More specifically, I'm trying to get the same result as using qr.R from the base package, which is used on QR decompositions of class "qr" such as those contained in the lm class (lm$qr). The code for the base function is as follows:

qr.R <- function (qr, complete = FALSE) {
    if (!is.qr(qr)) 
        stop("argument is not a QR decomposition")
    R <- qr$qr
    if (!complete) 
        R <- R[seq.int(min(dim(R))), , drop = FALSE]
    R[row(R) > col(R)] <- 0
    R
}

I manage to get the same result for a sample regression, except for the signs.

x <- as.data.frame(matrix(rnorm(100 * 10), 100, 10))
y <- seq.int(1, 100)
fit.lm <- lm("y ~ .", data =  cbind(y, x))
R.lm <- qr.R(fit.lm$qr)

library(biglm)
fmla <- as.formula(paste("y ~ ", paste(colnames(x), collapse = "+")))
fit.biglm <- biglm(fmla, data = cbind(y, x))
R.biglm <- qr.R.biglm(fit.biglm)

Comparing both, it's clear that the absolute values match, but not the signs.

mean(abs(R.lm) - abs(R.biglm) < 1e-6)
[1] 1
mean(R.lm - R.biglm < 1e-6)
[1] 0.9338843

I can't quite figure out why this is. I would like to be able to get the same result for the R matrix as lm from biglm.

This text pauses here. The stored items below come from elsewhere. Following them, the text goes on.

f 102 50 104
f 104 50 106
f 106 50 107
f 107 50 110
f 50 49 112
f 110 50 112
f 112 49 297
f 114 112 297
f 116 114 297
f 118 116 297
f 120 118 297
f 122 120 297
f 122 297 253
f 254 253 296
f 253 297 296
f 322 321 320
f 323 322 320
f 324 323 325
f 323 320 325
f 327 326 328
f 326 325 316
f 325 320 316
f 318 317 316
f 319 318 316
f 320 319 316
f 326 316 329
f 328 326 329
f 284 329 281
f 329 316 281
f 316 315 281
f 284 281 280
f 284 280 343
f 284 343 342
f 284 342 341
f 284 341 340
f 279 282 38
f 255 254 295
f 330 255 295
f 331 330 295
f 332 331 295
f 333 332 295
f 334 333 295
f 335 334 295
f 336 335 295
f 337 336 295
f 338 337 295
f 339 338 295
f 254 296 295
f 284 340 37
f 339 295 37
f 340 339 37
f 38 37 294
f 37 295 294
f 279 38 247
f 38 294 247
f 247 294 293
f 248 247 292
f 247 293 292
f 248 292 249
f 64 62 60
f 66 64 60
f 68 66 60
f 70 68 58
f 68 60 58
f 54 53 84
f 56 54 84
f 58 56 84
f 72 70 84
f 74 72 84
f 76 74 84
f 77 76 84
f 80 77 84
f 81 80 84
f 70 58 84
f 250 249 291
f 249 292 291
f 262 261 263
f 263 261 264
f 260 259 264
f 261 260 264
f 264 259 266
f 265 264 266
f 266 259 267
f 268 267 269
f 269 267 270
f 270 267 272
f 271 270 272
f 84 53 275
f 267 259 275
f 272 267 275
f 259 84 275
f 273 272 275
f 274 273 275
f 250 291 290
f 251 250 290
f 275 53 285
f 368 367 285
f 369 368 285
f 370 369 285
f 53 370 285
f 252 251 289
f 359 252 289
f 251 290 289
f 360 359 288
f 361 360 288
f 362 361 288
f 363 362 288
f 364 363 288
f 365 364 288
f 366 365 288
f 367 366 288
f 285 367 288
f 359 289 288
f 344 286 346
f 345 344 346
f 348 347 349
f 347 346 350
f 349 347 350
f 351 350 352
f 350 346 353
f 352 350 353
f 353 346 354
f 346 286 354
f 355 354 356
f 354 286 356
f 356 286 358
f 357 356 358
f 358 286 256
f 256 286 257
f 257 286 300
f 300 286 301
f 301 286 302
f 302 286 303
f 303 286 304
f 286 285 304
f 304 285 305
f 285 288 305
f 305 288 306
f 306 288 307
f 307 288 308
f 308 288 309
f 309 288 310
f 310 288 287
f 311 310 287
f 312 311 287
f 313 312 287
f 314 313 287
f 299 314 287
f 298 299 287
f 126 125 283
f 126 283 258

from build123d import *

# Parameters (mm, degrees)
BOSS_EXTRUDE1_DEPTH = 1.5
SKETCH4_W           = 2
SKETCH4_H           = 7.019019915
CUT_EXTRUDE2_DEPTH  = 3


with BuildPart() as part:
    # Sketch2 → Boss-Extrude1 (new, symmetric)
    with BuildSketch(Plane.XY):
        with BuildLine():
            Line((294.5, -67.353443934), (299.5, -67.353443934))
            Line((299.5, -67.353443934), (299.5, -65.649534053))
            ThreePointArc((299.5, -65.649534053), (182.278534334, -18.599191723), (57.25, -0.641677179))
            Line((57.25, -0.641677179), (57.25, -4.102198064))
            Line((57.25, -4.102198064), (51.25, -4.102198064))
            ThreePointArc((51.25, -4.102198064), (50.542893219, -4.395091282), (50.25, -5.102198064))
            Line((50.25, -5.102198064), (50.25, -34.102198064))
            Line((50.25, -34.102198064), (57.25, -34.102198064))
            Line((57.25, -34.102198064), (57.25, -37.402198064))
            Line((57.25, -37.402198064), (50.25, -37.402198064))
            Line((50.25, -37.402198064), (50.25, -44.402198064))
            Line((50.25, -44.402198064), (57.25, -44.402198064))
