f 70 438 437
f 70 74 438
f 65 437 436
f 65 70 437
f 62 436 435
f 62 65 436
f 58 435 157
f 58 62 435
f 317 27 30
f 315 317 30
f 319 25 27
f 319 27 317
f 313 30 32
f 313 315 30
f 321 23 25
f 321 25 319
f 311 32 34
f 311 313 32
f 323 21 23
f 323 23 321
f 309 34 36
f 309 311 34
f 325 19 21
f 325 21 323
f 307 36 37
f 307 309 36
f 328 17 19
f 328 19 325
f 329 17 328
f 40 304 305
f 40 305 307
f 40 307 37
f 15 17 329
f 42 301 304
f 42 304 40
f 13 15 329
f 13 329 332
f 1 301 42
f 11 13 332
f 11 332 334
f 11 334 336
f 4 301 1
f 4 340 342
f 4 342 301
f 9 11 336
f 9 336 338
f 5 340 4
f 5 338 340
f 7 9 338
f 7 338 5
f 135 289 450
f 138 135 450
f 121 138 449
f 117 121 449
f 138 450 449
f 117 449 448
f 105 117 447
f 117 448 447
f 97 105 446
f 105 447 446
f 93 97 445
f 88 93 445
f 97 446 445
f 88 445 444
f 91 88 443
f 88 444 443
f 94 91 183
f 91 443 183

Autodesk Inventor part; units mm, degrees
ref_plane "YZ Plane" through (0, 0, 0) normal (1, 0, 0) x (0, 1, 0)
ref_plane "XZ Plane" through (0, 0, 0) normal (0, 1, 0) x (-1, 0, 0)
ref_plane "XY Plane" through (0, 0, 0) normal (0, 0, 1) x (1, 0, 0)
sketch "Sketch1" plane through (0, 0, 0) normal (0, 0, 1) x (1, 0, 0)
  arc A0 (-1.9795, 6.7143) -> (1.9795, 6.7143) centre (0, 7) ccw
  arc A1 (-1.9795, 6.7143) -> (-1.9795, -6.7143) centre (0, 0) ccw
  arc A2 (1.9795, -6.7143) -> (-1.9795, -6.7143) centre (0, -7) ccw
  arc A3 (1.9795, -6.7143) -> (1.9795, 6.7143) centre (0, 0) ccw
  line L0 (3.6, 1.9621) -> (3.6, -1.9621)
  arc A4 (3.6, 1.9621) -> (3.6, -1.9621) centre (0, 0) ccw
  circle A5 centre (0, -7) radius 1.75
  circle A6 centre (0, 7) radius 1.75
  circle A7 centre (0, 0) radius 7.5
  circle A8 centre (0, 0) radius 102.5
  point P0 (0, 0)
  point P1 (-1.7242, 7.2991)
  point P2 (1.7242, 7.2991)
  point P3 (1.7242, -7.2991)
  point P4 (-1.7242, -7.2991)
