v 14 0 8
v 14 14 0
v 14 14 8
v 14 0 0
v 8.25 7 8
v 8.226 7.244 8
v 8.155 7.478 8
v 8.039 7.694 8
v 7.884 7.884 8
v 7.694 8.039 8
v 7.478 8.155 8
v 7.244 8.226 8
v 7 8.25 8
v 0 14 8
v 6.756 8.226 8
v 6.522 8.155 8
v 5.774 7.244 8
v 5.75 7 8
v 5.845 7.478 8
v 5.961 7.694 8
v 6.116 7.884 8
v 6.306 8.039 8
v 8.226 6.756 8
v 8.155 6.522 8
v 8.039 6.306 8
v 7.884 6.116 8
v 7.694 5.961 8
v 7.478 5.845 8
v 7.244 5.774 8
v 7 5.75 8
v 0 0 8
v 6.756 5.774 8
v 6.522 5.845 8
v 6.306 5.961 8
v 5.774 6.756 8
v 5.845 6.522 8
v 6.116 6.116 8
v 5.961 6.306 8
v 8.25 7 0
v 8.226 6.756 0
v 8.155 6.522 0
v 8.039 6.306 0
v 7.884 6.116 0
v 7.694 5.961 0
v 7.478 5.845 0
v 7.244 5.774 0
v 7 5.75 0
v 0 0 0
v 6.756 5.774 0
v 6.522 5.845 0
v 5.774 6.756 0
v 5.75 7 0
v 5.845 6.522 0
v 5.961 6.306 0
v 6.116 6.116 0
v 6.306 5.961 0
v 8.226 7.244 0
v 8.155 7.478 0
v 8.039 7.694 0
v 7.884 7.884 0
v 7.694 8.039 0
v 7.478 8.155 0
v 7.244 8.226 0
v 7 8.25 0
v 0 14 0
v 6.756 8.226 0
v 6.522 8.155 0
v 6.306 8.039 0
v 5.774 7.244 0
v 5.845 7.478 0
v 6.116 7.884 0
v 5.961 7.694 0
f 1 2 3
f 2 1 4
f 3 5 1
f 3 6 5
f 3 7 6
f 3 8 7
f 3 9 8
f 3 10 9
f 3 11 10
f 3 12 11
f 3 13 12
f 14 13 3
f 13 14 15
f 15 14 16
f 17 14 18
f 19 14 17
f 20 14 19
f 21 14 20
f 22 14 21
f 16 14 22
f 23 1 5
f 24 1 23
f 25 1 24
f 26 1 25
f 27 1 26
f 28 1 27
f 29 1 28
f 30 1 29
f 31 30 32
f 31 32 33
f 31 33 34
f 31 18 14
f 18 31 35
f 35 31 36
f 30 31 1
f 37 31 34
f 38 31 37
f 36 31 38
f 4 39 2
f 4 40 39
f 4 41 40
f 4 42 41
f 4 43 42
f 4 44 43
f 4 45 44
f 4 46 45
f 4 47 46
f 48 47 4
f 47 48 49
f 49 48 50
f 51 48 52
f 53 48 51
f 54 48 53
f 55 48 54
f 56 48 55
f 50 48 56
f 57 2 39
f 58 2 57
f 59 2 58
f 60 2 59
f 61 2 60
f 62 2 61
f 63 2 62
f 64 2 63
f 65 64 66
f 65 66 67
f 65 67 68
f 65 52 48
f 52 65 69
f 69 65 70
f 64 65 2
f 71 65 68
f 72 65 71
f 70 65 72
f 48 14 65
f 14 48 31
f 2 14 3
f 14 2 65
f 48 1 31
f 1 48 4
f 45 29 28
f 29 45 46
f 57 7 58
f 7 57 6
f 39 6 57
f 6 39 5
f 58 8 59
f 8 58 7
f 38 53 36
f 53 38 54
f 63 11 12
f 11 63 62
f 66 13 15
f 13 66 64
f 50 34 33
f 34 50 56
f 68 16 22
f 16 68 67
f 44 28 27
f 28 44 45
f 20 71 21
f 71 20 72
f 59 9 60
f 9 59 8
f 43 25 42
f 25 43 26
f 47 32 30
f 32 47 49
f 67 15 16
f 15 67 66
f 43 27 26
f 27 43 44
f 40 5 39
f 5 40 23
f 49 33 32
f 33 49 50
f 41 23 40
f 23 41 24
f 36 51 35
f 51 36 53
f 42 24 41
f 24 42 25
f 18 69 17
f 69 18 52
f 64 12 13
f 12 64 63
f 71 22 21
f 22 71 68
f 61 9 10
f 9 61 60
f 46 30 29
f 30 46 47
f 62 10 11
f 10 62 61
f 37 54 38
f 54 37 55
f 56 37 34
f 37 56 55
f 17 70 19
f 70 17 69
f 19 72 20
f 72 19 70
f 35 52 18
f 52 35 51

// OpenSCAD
$fn = 32;

// ----------------------------------------------------------------------
// Micro pad: drilled pad, 5-20 mm class
// ----------------------------------------------------------------------

// --- parameters (mm) ---
pad_l = 14;               // pad length, X
pad_w = 14;               // pad width, Y
pad_t = 8;                // pad thickness, Z
hole_d = 2.5;             // through hole diameter

difference() {
  cube([pad_l, pad_w, pad_t]);
  translate([pad_l / 2, pad_w / 2, -1])
    cylinder(h = pad_t + 2, d = hole_d);
}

Playa answered 6/11, 2012 at 10:22 Comment(0)
T
2

The difference between the two R matrices is that biglm apparently performs its rotations such that R's diagonal elements are all positive, while lm (or, really, the routines it calls) imposes no such constraint. (There should be no numerical advantage to one strategy or the other, so the difference is just one of convention, AFAIKT.)

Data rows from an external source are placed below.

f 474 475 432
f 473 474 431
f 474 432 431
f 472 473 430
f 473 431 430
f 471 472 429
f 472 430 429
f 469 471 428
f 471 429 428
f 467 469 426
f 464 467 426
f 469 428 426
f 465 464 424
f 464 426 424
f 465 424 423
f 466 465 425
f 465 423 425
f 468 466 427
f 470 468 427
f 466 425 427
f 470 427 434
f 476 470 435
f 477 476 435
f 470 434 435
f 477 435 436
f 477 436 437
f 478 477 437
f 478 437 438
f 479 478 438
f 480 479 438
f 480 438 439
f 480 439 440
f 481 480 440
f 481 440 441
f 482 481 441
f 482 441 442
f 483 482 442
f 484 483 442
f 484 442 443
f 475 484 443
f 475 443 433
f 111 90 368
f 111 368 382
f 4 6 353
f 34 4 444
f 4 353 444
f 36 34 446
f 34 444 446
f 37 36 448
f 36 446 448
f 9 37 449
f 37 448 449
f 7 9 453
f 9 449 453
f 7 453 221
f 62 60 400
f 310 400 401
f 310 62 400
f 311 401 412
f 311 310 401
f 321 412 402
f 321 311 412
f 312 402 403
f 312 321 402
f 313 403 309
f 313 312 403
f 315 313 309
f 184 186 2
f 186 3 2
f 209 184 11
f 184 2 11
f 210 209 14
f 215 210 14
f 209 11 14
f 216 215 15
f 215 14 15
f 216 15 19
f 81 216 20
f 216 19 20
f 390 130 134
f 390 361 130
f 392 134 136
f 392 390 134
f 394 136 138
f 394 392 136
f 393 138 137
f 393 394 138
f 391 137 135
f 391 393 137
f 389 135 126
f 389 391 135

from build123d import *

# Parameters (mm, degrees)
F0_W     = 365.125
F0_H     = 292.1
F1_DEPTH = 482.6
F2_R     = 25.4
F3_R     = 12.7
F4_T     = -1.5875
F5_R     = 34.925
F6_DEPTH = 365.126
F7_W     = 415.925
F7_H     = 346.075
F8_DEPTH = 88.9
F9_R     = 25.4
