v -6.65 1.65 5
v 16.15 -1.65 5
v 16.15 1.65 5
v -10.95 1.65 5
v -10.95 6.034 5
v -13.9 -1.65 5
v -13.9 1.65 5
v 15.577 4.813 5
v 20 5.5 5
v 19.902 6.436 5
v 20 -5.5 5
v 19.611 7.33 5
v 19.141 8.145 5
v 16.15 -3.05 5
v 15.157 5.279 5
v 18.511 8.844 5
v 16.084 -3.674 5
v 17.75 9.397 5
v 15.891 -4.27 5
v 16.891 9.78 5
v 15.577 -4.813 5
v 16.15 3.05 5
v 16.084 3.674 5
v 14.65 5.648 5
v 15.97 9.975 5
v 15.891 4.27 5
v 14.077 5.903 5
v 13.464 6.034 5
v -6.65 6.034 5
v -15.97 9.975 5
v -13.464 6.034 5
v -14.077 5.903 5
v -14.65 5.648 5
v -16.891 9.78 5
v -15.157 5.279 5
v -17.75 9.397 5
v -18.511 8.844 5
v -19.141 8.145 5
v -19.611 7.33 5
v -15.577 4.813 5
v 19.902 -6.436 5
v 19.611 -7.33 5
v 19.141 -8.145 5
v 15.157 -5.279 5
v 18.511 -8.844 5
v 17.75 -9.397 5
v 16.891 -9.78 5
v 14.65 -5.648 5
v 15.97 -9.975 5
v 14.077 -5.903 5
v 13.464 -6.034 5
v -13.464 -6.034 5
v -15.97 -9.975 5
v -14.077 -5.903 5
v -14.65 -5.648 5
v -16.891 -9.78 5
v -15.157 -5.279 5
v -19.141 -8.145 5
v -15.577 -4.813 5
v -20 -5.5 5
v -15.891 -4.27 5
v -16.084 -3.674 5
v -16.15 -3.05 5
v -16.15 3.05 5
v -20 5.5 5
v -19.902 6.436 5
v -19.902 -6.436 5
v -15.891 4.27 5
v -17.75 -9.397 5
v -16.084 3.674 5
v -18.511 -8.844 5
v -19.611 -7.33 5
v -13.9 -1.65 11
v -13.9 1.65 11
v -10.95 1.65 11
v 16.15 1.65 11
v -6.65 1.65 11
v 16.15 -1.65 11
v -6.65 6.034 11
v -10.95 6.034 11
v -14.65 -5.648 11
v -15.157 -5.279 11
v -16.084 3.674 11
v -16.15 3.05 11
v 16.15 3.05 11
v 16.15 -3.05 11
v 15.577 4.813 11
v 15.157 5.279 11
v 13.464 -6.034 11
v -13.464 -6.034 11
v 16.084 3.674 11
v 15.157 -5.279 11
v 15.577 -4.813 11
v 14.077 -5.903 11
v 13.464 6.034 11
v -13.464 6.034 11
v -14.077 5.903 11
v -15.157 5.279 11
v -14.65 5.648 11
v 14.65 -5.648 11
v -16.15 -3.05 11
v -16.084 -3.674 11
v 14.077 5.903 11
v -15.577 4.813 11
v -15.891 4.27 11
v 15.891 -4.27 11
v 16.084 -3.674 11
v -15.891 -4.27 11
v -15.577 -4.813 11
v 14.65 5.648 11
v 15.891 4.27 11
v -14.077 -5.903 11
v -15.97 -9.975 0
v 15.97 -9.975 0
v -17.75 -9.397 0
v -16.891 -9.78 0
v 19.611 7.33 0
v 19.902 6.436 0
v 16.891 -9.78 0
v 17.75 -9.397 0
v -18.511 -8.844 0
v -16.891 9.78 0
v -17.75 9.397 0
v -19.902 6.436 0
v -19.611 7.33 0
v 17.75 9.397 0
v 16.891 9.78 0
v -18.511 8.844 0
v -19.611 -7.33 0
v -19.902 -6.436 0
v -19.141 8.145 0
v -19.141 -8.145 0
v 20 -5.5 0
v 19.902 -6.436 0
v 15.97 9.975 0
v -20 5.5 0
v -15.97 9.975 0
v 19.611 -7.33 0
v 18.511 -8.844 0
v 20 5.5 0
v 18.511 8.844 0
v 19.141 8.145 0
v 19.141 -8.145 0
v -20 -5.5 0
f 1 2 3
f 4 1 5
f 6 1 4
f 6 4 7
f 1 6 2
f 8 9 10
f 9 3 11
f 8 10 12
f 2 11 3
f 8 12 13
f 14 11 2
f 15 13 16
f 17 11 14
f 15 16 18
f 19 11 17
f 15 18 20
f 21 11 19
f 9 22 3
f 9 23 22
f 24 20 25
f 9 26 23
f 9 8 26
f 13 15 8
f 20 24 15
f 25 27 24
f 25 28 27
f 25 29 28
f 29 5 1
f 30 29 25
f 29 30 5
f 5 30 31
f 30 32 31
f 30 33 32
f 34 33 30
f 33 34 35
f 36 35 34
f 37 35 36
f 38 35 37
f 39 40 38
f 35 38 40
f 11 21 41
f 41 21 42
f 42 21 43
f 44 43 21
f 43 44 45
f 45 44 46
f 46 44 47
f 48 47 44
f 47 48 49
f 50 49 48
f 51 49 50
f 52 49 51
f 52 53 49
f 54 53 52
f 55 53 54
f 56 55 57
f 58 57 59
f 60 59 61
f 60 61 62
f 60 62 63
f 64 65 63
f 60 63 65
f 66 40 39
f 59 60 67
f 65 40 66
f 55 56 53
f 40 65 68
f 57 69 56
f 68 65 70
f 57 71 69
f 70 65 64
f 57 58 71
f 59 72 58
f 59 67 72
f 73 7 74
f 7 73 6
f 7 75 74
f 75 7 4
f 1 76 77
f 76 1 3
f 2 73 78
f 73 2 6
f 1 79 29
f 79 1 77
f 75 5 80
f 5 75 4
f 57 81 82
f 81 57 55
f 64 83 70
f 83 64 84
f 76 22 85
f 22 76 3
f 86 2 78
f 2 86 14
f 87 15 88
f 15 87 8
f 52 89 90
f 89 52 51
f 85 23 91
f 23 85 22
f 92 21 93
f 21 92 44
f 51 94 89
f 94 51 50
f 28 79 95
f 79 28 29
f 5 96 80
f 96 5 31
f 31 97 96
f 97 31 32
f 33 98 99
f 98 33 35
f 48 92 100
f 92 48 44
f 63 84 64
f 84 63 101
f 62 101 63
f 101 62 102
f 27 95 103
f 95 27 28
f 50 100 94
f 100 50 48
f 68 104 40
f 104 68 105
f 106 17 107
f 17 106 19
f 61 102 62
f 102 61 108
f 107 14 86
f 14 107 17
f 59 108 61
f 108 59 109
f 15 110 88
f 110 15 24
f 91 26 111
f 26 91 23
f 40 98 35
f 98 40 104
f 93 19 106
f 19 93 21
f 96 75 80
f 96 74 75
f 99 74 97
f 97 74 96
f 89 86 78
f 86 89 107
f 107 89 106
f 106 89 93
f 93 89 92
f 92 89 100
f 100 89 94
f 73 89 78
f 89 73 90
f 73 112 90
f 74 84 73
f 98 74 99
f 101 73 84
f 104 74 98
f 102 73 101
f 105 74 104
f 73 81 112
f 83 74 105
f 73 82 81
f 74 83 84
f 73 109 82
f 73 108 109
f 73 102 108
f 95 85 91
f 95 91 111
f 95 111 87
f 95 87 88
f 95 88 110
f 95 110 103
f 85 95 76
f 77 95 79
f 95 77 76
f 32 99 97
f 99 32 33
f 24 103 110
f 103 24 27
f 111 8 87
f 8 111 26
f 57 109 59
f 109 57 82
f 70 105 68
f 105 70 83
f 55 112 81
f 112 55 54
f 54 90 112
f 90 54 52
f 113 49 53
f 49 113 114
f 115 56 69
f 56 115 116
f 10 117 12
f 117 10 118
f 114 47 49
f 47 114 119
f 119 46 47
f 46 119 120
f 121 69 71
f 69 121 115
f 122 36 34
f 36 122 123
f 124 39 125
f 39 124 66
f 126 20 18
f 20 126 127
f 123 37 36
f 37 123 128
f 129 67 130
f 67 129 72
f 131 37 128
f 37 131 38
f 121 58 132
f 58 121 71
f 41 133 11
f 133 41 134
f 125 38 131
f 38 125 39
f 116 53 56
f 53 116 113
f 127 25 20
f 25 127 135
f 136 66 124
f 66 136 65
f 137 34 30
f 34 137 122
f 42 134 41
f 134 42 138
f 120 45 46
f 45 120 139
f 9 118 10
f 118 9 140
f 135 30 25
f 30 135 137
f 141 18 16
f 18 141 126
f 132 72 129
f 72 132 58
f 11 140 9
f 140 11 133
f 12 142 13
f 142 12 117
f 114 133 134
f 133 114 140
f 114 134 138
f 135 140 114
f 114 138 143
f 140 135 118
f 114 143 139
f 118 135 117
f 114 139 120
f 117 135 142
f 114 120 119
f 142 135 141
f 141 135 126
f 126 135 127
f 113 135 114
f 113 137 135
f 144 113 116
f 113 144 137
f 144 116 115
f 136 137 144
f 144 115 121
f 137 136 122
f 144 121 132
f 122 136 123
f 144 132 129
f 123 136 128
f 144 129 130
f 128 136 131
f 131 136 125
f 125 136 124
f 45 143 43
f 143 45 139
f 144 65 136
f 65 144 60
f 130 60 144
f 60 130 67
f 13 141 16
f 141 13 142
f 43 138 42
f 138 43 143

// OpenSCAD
//-- two rounded flat cubes with a slot in the middle
//-- rear feet have an extra slot at right angle
//-- also left foot is mirror of right foot

x1=40;

y1=20;

th=5;
  
//-- OK, now we define the cylinders that are going to be at
//-- the four corners of our rounded corners box.

//-- the radius of the cylinders
box_corner_radius=4.5;

//-- The centers of the four corner cylinders

P1=[x1/2-box_corner_radius,y1/2-box_corner_radius,0];
P2=[x1/2-box_corner_radius,-y1/2+box_corner_radius,0];
P3=[-x1/2+box_corner_radius,-y1/2+box_corner_radius,0];
P4=[-x1/2+box_corner_radius,y1/2-box_corner_radius,0];

translate([0,0,th/2]) {
  hull() {
    translate(P1)
      cylinder(r=box_corner_radius,h=th,$fn=30,center=true);
      
    translate(P2)
      cylinder(r=box_corner_radius,h=th,$fn=30,center=true);
      
    translate(P3)
      cylinder(r=box_corner_radius,h=th,$fn=30,center=true);
      
    translate(P4)
      cylinder(r=box_corner_radius,h=th,$fn=30,center=true);
  }
}

//-- OK, now we define the cylinders that are going to be at
//-- the four corners of our 2nd rounded corners box.
x2=35.3;

y2=15.1;

th2=6;
//-- the radius of the cylinders
bc2=3;

//-- slot size
x3=27.8;
y3=3.3;
th3=th2+1;

//-- 2nd slot size


//-- The centers of the four corner cylinders

PT1=[x2/2-box_corner_radius,y2/2-box_corner_radius,0];
PT2=[x2/2-box_corner_radius,-y2/2+box_corner_radius,0];
PT3=[-x2/2+box_corner_radius,-y2/2+box_corner_radius,0];
PT4=[-x2/2+box_corner_radius,y2/2-box_corner_radius,0];

// -- uncoment to next lilne for the mirrored part
//mirror([1,0,0])
difference() {
  translate([0,0,th+th2/2]) {
    hull() {
      translate(PT1)
	cylinder(r=bc2,h=th2,$fn=30,center=true);
	
      translate(PT2)
	cylinder(r=bc2,h=th2,$fn=30,center=true);
	
      translate(PT3)
	cylinder(r=bc2,h=th2,$fn=30,center=true);
	
      translate(PT4)
	cylinder(r=bc2,h=th2,$fn=30,center=true);
    }
  }

  //-- Now we define the main T which we are going to hollow out  
  //-- Los cubos son las ranuras

  union() {
    translate([y3/2,0,th+th3/2])
      cube([x3+y3,y3,th3],center=true);
    translate([-8.8,x3/2,th+th3/2])
      cube([y3+1,x3,th3],center=true);
  }
}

You can make lm's results identical to biglm's by imposing that additional constraint yourself. I'd use a reflection matrix that multiplies columns by either 1 or -1, such that the diagonal elements all end up positive:

## Apply the necessary reflections
R.lm2 <- diag(sign(diag(R.lm))) %*% R.lm

## Show that they did the job
mean(R.lm2 - R.biglm < 1e-6)
# [1] 1
Teresiateresina answered 6/11, 2012 at 13:57 Comment(3)
Thanks Josh. That's useful. However, I'm trying to solve the opposite problem: how can I make the biglm R matrix match the lm R matrix? If it's possible.Playa
@user3327 -- OK. I guess I misunderstood the final sentence of your post. I won't be able to help any farther, but will leave this up in case someone else is interested... Just out of curiosity, why do you care that the signs of the columns of the two R matrices match?Sore
Thanks Josh. Just to give a little bit more background: I'm trying to replace lm for biglm in some existing code, as I have a large data set I want to perform regression on and will not be able to use lm. My program uses this R matrix further down the line and it would be nice if I can simply extract the same matrix, as opposed to having to come up with a new formula. If it does come to that, so be it :-) just thought I'd ask around first.Playa

© 2022 - 2024 — McMap. All rights reserved.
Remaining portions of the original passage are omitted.